Primary gallbladder cancer (GBC) is the most common malignancy of the digestive system. Due to its resistance to standard chemotherapy, no effective treatments are available at present. Artemisinin, a plant-derived anti‑malarial drug, has recently been shown to have anti-proliferative effects on a range of human cancer cell types. However, the efficacy of artemisinin against gallbladder cancer has not been reported. The present study investigated the effects of artemisinin on the proliferation, cell cycle and apoptosis of gallbladder cancer cell lines. A cell viability assay and an in vivo xenograft study demonstrated that artemisinin significantly inhibited the growth of gallbladder cancer. Western blot analysis indicated that artemisinin induced the expression of p16, while down‑regulating phosphorylated extracellular signal‑regulated kinase (ERK)1/2, CDK4 and cyclin D1 expression, leading to inhibition of the ERK1/2 pathway. Furthermore, flow cytometry and western blot analysis showed that artemisinin caused G1-phase arrest of the cell cycle, promoted the generation of reactive oxygen species (ROS), led to a collapse of the mitochondrial membrane potential and to triggered cytochrome c release from the mitochondria into the cytoplasm, which finally activated caspase‑3‑mediated apoptosis. In conclusion, the present study demonstrated that artemisinin inhibits the proliferation of gallbladder cancer cells in vitro as well as in vivo and induces apoptosis via induction of ROS and cell cycle arrest.
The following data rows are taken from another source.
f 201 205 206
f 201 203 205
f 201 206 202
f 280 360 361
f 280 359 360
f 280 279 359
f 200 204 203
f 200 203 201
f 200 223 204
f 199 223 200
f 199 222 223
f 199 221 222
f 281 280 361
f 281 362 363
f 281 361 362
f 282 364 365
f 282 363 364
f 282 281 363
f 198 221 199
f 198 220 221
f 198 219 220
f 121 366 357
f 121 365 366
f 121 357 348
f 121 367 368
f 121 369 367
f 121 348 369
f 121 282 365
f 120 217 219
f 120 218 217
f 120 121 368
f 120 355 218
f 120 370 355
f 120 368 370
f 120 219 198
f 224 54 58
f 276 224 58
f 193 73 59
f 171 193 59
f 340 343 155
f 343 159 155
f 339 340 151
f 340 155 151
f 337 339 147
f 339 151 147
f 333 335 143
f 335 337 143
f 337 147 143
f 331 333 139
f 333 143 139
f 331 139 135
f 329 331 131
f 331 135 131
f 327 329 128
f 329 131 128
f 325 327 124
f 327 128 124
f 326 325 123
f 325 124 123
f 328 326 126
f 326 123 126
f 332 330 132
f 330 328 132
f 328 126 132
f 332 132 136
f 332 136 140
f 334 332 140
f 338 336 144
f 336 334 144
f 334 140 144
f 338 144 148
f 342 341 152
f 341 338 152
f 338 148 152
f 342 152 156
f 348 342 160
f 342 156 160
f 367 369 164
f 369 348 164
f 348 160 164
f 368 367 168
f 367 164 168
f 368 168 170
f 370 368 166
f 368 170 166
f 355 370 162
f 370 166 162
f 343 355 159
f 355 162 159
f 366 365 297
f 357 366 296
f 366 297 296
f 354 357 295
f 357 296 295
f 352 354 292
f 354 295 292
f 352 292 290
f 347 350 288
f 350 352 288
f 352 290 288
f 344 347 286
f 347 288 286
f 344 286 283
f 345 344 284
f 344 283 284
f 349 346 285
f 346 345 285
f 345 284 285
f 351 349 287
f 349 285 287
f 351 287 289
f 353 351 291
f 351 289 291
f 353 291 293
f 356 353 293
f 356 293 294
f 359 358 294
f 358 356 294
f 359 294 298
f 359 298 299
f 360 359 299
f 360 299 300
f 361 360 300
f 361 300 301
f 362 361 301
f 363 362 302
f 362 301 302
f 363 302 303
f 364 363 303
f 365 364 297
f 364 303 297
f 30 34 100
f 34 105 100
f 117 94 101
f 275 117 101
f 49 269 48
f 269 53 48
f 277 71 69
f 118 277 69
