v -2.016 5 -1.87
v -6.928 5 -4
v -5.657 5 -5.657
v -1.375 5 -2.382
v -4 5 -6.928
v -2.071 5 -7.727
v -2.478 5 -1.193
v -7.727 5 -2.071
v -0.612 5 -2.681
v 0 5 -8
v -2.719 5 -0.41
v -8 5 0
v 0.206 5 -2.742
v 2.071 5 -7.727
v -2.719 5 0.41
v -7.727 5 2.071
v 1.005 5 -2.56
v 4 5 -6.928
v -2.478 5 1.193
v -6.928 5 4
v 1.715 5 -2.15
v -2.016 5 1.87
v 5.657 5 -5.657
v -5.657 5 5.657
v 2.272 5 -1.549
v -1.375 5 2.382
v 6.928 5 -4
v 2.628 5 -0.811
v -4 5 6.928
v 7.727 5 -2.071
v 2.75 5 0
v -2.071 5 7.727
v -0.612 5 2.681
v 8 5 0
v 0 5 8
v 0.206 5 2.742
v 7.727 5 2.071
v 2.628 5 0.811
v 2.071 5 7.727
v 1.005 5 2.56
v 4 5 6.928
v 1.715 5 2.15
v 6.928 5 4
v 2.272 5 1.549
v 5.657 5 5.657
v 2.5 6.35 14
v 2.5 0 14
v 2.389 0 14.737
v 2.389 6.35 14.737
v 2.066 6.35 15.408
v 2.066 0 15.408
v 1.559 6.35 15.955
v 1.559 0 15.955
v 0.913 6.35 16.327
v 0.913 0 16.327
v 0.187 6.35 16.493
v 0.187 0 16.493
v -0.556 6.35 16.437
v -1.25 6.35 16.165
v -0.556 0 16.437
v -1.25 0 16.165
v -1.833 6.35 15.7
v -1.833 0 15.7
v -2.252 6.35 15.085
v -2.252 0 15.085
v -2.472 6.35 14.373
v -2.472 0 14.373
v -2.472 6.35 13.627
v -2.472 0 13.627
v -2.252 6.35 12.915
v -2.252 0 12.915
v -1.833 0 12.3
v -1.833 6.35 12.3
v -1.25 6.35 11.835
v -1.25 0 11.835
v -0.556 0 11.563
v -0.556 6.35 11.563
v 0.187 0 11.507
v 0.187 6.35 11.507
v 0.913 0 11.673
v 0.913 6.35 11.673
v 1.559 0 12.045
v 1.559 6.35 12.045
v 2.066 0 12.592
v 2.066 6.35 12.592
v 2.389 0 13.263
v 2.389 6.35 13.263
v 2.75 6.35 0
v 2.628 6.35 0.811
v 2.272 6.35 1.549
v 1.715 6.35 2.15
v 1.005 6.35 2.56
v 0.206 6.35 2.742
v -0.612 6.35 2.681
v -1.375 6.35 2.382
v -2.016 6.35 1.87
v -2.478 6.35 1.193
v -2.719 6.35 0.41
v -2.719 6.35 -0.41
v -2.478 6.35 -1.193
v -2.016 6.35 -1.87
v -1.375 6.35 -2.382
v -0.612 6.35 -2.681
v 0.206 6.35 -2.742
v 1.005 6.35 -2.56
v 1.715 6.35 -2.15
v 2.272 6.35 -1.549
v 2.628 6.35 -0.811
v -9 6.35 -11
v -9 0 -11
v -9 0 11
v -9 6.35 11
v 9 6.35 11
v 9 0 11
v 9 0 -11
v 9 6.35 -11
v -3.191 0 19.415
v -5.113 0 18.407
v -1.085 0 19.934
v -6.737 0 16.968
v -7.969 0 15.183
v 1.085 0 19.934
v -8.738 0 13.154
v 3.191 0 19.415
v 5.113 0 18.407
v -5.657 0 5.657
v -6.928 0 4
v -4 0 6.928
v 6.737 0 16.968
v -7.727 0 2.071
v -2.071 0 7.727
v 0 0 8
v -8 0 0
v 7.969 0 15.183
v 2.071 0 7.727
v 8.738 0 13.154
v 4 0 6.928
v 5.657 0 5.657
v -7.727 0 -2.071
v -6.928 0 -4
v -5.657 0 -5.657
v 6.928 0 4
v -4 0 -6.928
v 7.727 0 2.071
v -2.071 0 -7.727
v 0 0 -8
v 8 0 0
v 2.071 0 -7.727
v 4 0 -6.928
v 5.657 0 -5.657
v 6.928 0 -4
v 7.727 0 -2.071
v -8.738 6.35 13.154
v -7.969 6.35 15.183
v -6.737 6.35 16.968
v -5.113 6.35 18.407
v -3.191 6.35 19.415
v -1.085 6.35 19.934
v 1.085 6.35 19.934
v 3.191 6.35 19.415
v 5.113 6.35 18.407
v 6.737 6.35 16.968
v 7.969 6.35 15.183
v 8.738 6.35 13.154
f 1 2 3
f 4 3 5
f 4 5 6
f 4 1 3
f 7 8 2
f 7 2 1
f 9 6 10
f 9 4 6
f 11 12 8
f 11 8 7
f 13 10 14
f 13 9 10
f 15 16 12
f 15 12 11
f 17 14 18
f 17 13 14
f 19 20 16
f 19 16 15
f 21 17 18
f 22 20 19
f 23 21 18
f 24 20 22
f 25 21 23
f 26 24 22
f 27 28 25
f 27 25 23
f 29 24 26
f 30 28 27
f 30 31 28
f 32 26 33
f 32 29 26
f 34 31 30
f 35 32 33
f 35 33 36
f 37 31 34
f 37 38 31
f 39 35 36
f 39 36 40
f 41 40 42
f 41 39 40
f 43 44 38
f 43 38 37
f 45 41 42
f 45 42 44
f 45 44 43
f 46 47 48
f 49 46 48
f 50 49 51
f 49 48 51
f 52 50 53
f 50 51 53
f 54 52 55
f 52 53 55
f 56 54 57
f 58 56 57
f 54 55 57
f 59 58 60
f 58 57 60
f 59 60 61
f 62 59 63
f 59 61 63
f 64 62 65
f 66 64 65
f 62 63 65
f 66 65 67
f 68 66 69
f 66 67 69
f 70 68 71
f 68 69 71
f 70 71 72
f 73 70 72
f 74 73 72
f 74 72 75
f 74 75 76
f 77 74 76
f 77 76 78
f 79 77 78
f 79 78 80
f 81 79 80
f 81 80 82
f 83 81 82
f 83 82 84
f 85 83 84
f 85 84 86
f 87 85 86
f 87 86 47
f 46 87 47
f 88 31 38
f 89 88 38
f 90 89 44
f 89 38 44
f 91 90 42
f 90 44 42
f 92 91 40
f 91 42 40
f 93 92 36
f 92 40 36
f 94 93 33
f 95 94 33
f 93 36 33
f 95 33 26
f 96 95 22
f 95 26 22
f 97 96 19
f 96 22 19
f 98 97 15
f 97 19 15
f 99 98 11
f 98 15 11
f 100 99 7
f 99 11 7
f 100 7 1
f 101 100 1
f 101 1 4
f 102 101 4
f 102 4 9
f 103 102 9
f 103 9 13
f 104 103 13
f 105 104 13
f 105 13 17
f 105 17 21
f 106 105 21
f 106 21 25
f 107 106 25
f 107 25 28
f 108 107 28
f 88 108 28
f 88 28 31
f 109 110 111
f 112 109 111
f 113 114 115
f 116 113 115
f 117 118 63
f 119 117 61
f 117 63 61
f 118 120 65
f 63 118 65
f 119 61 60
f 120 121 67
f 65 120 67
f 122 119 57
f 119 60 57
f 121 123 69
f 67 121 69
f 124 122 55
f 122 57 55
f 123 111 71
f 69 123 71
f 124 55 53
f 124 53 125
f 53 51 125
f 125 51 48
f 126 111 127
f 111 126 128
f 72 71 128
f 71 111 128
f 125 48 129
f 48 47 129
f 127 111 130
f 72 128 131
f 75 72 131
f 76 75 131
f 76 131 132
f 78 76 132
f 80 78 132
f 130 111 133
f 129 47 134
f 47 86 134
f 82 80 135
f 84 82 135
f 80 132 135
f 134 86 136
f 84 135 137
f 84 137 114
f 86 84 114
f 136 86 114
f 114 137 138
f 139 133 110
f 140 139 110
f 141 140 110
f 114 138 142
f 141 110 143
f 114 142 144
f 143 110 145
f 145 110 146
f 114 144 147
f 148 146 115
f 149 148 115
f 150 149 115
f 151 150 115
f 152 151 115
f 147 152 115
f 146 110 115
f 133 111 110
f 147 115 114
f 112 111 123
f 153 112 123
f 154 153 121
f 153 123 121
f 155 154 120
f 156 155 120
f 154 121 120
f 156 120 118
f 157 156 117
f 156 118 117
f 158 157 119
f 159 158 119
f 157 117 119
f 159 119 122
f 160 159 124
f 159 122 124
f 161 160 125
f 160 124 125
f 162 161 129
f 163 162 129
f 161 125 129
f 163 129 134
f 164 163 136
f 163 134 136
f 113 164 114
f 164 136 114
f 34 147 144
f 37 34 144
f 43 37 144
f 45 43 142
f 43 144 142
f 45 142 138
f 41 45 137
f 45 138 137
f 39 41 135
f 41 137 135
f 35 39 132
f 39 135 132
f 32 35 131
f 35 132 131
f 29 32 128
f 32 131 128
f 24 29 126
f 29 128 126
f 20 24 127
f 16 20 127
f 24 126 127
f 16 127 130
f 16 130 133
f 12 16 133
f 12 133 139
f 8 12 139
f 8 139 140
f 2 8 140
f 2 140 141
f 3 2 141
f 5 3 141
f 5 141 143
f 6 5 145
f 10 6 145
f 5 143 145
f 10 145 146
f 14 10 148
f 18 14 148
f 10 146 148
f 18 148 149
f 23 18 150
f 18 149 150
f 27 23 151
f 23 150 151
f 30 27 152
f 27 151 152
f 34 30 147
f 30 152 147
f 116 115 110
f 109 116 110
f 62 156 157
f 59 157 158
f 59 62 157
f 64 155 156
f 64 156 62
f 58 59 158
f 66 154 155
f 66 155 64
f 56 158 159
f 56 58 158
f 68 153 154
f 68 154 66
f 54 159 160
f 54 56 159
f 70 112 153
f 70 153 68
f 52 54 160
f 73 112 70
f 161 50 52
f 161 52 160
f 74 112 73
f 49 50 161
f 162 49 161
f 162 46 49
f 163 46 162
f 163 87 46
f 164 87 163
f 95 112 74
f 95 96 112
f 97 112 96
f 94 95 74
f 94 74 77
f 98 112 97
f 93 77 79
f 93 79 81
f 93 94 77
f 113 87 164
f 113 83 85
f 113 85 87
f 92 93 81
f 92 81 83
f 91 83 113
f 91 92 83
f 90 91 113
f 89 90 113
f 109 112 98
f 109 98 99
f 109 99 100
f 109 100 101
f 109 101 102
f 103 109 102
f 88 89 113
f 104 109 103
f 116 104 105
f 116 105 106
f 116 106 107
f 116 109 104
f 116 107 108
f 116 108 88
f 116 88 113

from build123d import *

# Parameters (mm, degrees)
BOSS_EXTRUDE1_DEPTH = 6.35
SKETCH2_R           = 8
CUT_EXTRUDE1_DEPTH  = 5
SKETCH3_R           = 2.75
CUT_EXTRUDE2_DEPTH  = 2.35
SKETCH4_R           = 2.5
CUT_EXTRUDE3_DEPTH  = 7.35


with BuildPart() as part:
    # Sketch1 → Boss-Extrude1 (new body)
    with BuildSketch(Plane(origin=(0, 0, 0), x_dir=(1, 0, 0), z_dir=(0, 1, 0))):
        with BuildLine():
            Line((9, 11), (-9, 11))
            Line((-9, 11), (-9, -11))
            ThreePointArc((-9, -11), (0, -20), (9, -11))
            Line((9, -11), (9, 11))
        make_face()
    extrude(amount=BOSS_EXTRUDE1_DEPTH)

    # Sketch2 → Cut-Extrude1 (cut)
    with BuildSketch(Plane.XZ):
        Circle(SKETCH2_R)
    extrude(amount=-CUT_EXTRUDE1_DEPTH, mode=Mode.SUBTRACT)

    # Sketch3 → Cut-Extrude2 (cut, through all)
    with BuildSketch(Plane.XZ.offset(-5)):
        Circle(SKETCH3_R)
    extrude(amount=-CUT_EXTRUDE2_DEPTH, mode=Mode.SUBTRACT)

    # Sketch4 → Cut-Extrude3 (cut, through all)
    with BuildSketch(Plane.XZ):
        with Locations((0, 14)):
            Circle(SKETCH4_R)
        with Locations((0, -13.5)):
            Circle(SKETCH4_R)
    extrude(amount=-CUT_EXTRUDE3_DEPTH, mode=Mode.SUBTRACT)


solid = part.part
These results suggested that artemisinin may be suitable for the treatment of gallbladder cancer.

Introduction

Primary gallbladder cancer (GBC) is a rare malignancy of the digestive system ranking sixth most common, however it is the most common malignancy of the biliary tract, accounting for 80–95% of biliary tract cancers. In 2008, it accounted for an estimate of 1.1% of all newly diagnosed cancer cases, ranking 16th amongst all types of tumors; furthermore, it accounted for 1.4% of all cancer-associated mortalities, ranking 9th amongst all cancers (1). Due to its high degree of malignancy and few effective therapeutic options, the prognosis of GBC patients is currently poor. In recent years, the incidence of GBC has increased in northern India, Pakistan and Korea (1,2). As GBC has no specific clinical symptoms at the early stage, the majority of patients are diagnosed at the advanced stage, at which palliative treatment is the only option. Therefore, the five-year survival rate for GBC is only ~10% (3). While chemotherapy is the major treatment option for patients at advanced cancer stages, GBC is resistant to standard cytotoxic drugs, and no effective chemotherapeutic options are available at present (4). Hence, it is required to discover novel drugs or means of sensitizing GBC cells to chemotherapeutics, and to explore novel therapeutic strategies and improved diagnostics.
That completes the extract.